# My paranoid ear thread



## Engine3FF (May 20, 2010)

Ace is 5 months and five days old. His ears were glued for about ten days, they've been undone for maybe 2 weeks now and after the glue became undone his left ear stayed "teepeed"(I posted pics of this on a previous thread some of you may have seen).....Well, up until about four days ago he had one normal ear and one teepeed towards the center.

Now we have complete regression of the left ear, its floppy again and i haven't seen it up or really even moving directionally hardly at all even if you whistle or he's alerted by something. This has been the case for four days.

Is this a normal occurance? Like I said he's just over five months old and I think some of his adult teeth are still coming in. Would you glue/tape, or wait? I want to wait as I do not feel like wrestling with him to get something in place, but I'll do whatever the experts deem appropriate.

Also, prior to gluing at 4.5 months, both ears were up at 3.5 months.

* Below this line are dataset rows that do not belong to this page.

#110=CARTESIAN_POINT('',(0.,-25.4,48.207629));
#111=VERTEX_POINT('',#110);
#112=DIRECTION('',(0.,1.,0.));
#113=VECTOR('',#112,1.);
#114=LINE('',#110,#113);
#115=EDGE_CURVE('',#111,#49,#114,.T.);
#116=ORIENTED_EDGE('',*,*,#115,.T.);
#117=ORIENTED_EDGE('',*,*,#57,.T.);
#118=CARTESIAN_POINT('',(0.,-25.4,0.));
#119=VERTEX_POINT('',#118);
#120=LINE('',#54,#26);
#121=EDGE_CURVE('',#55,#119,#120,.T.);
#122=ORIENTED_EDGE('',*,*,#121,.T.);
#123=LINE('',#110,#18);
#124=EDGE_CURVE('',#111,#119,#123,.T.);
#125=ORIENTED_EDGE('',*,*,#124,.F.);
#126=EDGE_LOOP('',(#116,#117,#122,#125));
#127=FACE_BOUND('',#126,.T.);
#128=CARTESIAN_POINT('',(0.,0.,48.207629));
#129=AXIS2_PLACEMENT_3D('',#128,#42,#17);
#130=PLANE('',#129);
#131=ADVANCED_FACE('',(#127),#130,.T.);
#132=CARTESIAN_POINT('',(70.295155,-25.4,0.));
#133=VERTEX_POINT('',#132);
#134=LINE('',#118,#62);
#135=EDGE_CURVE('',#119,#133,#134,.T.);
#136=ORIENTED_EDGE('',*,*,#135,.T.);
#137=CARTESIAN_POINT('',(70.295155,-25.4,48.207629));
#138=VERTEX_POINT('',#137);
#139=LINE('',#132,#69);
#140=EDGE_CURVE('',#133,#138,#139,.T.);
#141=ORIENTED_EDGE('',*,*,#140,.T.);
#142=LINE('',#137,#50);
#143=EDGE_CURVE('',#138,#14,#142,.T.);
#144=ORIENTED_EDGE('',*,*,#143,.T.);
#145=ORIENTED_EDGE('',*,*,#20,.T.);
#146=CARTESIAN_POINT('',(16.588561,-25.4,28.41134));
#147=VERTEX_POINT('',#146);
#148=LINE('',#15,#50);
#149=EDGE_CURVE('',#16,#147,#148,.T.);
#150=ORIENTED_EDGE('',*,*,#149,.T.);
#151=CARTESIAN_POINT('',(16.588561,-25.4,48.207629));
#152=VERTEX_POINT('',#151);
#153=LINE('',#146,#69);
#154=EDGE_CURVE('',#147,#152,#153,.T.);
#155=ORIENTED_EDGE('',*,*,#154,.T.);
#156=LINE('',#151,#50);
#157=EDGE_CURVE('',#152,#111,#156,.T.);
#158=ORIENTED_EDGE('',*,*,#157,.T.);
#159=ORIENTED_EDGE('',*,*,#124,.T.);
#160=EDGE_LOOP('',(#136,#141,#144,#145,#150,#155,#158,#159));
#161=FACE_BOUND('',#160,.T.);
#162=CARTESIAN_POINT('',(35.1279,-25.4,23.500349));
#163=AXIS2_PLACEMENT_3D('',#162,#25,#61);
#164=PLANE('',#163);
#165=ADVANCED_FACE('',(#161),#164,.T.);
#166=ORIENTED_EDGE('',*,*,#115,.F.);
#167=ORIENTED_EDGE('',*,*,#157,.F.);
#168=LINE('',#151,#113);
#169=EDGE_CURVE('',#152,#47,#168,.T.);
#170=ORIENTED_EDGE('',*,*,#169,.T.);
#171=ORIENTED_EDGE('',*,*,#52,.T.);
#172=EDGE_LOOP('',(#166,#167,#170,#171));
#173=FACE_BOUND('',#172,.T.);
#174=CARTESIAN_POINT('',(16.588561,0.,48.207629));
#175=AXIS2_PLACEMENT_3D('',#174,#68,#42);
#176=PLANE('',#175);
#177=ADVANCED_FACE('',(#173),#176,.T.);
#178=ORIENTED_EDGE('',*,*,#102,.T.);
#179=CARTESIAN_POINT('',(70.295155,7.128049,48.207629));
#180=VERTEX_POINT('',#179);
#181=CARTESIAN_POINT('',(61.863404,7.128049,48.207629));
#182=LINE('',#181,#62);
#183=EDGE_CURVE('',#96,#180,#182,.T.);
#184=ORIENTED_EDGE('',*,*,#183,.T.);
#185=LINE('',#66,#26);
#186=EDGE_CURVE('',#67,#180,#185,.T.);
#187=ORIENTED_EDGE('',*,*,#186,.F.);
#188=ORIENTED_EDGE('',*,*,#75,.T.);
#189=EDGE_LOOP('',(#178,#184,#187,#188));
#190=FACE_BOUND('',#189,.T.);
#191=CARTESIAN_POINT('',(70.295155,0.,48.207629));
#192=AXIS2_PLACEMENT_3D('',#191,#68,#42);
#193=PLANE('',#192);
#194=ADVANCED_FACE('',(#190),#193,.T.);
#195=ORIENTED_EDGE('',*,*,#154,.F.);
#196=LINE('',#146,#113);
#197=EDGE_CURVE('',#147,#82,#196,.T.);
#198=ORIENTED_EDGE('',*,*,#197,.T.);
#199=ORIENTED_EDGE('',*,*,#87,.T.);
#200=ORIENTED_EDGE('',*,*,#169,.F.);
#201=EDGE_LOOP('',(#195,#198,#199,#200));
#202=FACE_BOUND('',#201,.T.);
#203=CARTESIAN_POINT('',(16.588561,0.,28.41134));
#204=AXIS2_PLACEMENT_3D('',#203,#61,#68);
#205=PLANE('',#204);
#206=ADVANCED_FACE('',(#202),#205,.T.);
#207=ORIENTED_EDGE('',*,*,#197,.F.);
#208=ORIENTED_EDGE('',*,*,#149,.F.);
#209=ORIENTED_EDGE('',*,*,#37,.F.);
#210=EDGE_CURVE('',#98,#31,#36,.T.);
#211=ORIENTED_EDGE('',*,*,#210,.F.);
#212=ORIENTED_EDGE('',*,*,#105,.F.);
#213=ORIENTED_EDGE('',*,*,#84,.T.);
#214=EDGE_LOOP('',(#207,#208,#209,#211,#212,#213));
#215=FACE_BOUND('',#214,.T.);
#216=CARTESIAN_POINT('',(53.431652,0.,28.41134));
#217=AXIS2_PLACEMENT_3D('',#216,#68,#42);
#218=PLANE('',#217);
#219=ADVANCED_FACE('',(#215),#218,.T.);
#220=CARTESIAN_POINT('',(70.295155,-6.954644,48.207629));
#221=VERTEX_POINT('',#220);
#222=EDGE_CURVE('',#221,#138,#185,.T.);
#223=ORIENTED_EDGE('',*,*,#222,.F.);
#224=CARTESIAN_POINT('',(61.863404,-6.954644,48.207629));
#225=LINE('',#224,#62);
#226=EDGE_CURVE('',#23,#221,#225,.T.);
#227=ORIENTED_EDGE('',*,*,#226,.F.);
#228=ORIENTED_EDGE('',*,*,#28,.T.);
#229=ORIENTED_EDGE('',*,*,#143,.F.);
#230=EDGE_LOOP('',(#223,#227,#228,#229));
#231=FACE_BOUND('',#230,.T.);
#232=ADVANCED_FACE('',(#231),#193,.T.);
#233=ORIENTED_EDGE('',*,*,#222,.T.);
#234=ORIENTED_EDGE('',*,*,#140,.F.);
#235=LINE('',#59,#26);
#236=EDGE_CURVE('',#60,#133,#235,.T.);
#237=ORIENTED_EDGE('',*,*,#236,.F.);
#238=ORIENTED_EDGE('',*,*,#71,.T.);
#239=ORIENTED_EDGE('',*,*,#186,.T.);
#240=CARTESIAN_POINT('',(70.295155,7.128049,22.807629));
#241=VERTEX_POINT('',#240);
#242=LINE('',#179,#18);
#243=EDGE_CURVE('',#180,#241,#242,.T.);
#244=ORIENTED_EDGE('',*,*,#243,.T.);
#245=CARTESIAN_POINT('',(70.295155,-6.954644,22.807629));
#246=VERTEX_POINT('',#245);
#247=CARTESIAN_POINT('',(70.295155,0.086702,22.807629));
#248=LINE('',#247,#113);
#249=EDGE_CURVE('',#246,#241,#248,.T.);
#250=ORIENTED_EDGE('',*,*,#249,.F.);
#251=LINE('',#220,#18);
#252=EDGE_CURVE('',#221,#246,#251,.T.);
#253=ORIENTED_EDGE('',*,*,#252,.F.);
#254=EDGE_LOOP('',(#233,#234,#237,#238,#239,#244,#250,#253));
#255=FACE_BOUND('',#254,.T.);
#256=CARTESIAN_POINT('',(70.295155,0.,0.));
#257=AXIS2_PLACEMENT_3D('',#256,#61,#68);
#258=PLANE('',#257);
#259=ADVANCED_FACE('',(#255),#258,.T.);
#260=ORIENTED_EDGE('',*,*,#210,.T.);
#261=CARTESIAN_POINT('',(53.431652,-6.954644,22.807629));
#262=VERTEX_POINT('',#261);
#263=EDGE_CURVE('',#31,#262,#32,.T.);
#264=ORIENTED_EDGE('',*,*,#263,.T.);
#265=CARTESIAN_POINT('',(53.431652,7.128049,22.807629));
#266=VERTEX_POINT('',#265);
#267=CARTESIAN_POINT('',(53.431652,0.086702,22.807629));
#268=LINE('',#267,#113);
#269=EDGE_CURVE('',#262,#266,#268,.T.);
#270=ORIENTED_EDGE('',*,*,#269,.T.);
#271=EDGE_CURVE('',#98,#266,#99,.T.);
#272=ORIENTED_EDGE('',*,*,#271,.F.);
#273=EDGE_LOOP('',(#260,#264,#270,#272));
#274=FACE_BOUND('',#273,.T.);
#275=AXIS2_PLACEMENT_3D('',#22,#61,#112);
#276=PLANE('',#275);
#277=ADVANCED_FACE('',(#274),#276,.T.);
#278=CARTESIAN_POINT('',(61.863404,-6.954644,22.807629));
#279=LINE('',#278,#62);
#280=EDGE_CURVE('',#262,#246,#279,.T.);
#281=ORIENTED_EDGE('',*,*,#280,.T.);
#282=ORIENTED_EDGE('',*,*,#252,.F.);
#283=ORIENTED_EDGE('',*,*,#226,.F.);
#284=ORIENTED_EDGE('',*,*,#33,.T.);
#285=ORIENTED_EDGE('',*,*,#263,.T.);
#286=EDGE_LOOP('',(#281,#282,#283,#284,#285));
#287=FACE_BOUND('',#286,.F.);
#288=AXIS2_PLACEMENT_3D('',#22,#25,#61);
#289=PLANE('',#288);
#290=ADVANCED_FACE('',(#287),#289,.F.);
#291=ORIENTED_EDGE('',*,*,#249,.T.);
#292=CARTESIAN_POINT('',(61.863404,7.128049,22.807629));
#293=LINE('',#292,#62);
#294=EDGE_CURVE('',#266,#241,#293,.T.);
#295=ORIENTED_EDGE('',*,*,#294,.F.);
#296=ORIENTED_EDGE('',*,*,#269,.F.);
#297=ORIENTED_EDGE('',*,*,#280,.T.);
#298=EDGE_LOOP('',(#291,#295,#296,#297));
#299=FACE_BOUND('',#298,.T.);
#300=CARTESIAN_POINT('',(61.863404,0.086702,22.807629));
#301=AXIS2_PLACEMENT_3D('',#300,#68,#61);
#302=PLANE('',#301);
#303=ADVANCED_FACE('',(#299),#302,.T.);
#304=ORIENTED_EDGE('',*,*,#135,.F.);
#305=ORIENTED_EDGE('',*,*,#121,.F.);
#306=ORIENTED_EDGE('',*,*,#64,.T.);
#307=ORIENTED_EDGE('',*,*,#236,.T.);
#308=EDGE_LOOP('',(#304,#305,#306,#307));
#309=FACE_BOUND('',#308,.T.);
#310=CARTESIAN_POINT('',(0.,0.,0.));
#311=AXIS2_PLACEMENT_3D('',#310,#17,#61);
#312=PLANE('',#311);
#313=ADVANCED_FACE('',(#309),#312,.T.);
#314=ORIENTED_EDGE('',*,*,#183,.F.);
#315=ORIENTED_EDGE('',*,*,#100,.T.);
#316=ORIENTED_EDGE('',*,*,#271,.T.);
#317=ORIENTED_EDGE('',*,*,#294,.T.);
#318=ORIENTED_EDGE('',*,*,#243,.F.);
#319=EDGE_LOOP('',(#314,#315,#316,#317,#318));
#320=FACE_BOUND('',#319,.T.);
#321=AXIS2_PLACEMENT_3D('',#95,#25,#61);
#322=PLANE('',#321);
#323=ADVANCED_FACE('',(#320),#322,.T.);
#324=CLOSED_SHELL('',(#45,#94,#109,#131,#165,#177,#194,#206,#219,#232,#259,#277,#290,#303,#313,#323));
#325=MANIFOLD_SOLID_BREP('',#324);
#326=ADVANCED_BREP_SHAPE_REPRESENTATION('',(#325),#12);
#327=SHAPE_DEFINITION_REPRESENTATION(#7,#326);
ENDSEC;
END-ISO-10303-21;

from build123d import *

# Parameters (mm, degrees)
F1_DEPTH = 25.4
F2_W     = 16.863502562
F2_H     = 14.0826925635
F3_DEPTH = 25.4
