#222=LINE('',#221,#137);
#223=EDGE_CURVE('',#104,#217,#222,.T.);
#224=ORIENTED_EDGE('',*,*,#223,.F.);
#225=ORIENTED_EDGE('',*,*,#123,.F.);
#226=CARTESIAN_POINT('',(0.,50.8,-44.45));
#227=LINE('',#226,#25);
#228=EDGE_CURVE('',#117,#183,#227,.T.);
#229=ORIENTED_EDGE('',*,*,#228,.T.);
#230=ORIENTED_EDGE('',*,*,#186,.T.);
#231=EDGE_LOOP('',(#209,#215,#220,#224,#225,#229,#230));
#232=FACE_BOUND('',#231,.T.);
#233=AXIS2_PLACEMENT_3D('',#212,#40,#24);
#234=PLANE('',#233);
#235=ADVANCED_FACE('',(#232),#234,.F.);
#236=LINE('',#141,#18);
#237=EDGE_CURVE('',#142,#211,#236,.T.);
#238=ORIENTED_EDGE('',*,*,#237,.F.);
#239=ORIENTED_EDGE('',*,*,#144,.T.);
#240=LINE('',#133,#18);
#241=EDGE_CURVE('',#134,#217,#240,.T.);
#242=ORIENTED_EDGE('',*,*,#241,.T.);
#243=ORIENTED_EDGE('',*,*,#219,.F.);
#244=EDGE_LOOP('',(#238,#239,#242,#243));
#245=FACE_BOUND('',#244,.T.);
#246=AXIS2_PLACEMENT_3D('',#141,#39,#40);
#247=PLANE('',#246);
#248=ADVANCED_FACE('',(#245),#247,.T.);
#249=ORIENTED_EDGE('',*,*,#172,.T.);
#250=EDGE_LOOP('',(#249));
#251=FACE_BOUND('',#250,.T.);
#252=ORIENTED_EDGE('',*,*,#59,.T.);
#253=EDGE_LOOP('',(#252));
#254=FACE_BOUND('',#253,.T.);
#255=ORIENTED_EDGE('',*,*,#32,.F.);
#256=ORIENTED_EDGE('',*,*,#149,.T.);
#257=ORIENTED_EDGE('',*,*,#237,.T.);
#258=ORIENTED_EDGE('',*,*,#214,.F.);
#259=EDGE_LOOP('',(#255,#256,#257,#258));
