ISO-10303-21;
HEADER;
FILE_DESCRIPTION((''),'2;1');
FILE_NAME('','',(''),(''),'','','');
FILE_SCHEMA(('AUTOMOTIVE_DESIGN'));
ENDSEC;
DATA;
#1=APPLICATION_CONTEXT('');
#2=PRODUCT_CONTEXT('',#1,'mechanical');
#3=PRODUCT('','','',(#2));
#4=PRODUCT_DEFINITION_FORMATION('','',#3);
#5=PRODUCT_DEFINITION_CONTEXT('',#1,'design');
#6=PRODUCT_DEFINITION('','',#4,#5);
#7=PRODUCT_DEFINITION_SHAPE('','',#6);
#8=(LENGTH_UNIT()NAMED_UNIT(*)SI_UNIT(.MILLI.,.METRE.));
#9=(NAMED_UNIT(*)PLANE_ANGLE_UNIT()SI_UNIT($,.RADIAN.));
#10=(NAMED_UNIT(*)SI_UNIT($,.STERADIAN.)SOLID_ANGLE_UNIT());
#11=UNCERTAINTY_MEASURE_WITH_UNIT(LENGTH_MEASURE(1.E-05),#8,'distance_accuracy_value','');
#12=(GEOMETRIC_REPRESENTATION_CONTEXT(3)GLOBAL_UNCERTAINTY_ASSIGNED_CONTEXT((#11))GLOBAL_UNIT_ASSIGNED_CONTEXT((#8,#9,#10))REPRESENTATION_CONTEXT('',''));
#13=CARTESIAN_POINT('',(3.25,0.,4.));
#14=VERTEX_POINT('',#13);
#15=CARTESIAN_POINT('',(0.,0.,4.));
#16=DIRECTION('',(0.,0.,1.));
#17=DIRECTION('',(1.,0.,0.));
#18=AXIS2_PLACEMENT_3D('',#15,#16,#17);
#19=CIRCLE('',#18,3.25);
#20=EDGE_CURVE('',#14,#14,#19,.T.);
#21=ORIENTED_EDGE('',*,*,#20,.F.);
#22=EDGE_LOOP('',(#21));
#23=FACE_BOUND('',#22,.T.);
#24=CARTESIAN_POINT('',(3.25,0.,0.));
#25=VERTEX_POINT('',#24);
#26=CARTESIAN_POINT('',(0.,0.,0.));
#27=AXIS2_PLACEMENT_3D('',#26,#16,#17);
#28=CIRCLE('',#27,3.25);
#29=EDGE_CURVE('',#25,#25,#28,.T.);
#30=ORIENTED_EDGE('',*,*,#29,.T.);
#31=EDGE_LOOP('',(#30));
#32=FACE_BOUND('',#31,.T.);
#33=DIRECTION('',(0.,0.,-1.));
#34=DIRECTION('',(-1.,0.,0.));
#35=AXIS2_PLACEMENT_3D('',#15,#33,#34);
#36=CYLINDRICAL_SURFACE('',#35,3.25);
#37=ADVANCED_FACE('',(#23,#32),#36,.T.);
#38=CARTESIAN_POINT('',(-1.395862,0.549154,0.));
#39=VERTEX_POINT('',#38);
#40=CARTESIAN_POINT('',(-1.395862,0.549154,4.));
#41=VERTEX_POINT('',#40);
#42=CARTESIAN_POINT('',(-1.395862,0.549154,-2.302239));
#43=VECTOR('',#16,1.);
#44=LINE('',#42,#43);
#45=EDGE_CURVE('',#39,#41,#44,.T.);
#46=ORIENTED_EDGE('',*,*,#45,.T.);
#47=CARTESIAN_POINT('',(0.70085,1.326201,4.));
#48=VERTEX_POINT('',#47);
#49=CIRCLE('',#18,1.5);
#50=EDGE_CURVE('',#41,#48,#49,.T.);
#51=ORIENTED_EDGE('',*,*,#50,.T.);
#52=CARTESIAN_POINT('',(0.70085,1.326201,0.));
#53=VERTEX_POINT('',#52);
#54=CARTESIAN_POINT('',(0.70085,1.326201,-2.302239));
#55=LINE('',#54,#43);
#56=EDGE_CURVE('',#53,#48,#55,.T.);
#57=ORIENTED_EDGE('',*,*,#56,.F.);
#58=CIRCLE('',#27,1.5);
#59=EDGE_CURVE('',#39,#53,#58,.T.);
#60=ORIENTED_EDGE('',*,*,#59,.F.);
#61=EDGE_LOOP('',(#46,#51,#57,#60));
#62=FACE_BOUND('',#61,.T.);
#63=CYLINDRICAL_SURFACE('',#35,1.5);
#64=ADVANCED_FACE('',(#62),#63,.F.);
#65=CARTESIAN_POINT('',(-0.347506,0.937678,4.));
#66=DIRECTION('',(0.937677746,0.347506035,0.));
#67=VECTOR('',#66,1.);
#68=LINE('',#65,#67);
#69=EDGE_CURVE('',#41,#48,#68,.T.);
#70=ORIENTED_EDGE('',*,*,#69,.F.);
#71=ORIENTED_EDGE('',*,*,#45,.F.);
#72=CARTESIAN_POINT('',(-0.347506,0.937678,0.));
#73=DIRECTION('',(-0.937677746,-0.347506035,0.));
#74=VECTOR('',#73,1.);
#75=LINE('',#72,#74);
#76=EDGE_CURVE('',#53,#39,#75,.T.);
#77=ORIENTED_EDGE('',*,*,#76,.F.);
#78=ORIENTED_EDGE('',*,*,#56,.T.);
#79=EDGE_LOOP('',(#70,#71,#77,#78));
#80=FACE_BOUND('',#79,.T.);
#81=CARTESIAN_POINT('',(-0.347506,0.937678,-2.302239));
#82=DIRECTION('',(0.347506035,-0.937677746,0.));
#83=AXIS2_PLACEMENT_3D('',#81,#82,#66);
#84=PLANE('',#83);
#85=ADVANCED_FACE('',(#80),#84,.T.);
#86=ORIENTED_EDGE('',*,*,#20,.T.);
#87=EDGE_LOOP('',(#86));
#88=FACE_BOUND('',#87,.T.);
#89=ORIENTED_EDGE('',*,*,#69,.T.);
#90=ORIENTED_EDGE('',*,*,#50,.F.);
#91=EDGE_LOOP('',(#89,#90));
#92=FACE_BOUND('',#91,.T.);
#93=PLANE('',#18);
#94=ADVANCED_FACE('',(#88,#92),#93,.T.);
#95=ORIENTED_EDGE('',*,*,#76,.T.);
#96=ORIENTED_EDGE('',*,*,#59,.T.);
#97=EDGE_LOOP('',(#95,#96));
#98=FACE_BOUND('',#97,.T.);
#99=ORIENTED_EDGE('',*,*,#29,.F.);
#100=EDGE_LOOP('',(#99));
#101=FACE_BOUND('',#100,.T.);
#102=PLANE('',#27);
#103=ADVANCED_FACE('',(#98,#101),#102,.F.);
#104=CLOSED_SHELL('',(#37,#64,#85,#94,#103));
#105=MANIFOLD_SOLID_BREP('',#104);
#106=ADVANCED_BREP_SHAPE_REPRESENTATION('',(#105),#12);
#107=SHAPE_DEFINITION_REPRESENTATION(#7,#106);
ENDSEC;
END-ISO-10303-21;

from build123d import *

# Parameters (mm, degrees)
SKETCH1_R           = 3.25
SKETCH1_R_2         = 1.5
BOSS_EXTRUDE1_DEPTH = 4
BOSS_EXTRUDE2_DEPTH = 4


with BuildPart() as part:
    # Sketch1 → Boss-Extrude1 (new body)
    with BuildSketch(Plane.XY):
        Circle(SKETCH1_R)
        Circle(SKETCH1_R_2, mode=Mode.SUBTRACT)
    extrude(amount=BOSS_EXTRUDE1_DEPTH)

    # Sketch2 → Boss-Extrude2 (add)
    with BuildSketch(Plane.XY.offset(4)):
        with BuildLine():
            ThreePointArc((0.700849555, 1.326201305), (-0.521259053, 1.406516619), (-1.395861626, 0.549154187))
            Line((-1.395861626, 0.549154187), (0.700849555, 1.326201305))
        make_face()
    extrude(amount=-BOSS_EXTRUDE2_DEPTH)


solid = part.part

His breeder glued as a precaution just prior to me receiving him.

I know I'm probably just being paranoid(it's just an ear. haha.), but I don't want his left ear to be a dud!

Attached are pictures from today.


----------



## jakeandrenee (Apr 30, 2010)

Jake is the same way....I am looking forward to hearing what everyone has to say...


----------



## Engine3FF (May 20, 2010)

Yes, your avatar looks a lot like my guy.

I am thinking about trying the breathright strip method that's stickied here in this forum. Unless I hear "wait" from a lot of people. How old is Jake?


----------



## jakeandrenee (Apr 30, 2010)

he is 3.5 months...almost 4. I don't think Jake would leave the strips on....I'd have to knock him out to get them on...he's a terror at the moment. I guess PRE teething? I have tear mender glue on stand by....


----------



## JakodaCD OA (May 14, 2000)

Personally, I would reglue. It won't hurt the one already up, and may strengthen the flopped one.


----------



## jakeandrenee (Apr 30, 2010)

Keep us posted with an update after you reglue!!!


----------



## Engine3FF (May 20, 2010)

Renee(and all others interested),

Okay. I chose not to reglue them together and go with the less invasive and more natural looking Breathright strip method that I have seen on here(never done this before)

I used Clear Breathright Strips(Small/Medium size. I didnt look at the box and would recommend Large, and a generic thing of false eyelash glue from the makeup section of target.

What a pain in my ass. Ace didnt enjoy me messing wth his ears at all, initially. And I didn't hold the strips down against his ear with enough pressure to have the glue set properly. I also didnt put them "deep" enough towards the base the first go round. He had straight ears, but it was straight flap(wing, haha) not vertical at all. Very frustrating at first.

HOWEVER. After god knows how many strips and a half tube of glue, I think I got it right. He has three in now and I think it really gives him the support that he needs. While not 100% natural looking, I hope it helps. I am not very optimistic on these staying in long, but now that i have placement down, redoing them should take ~2 minutes. He HATED them at first, I had to calm him down and stop his head shaking and scratching for about ten minutes, now he seems oblivious.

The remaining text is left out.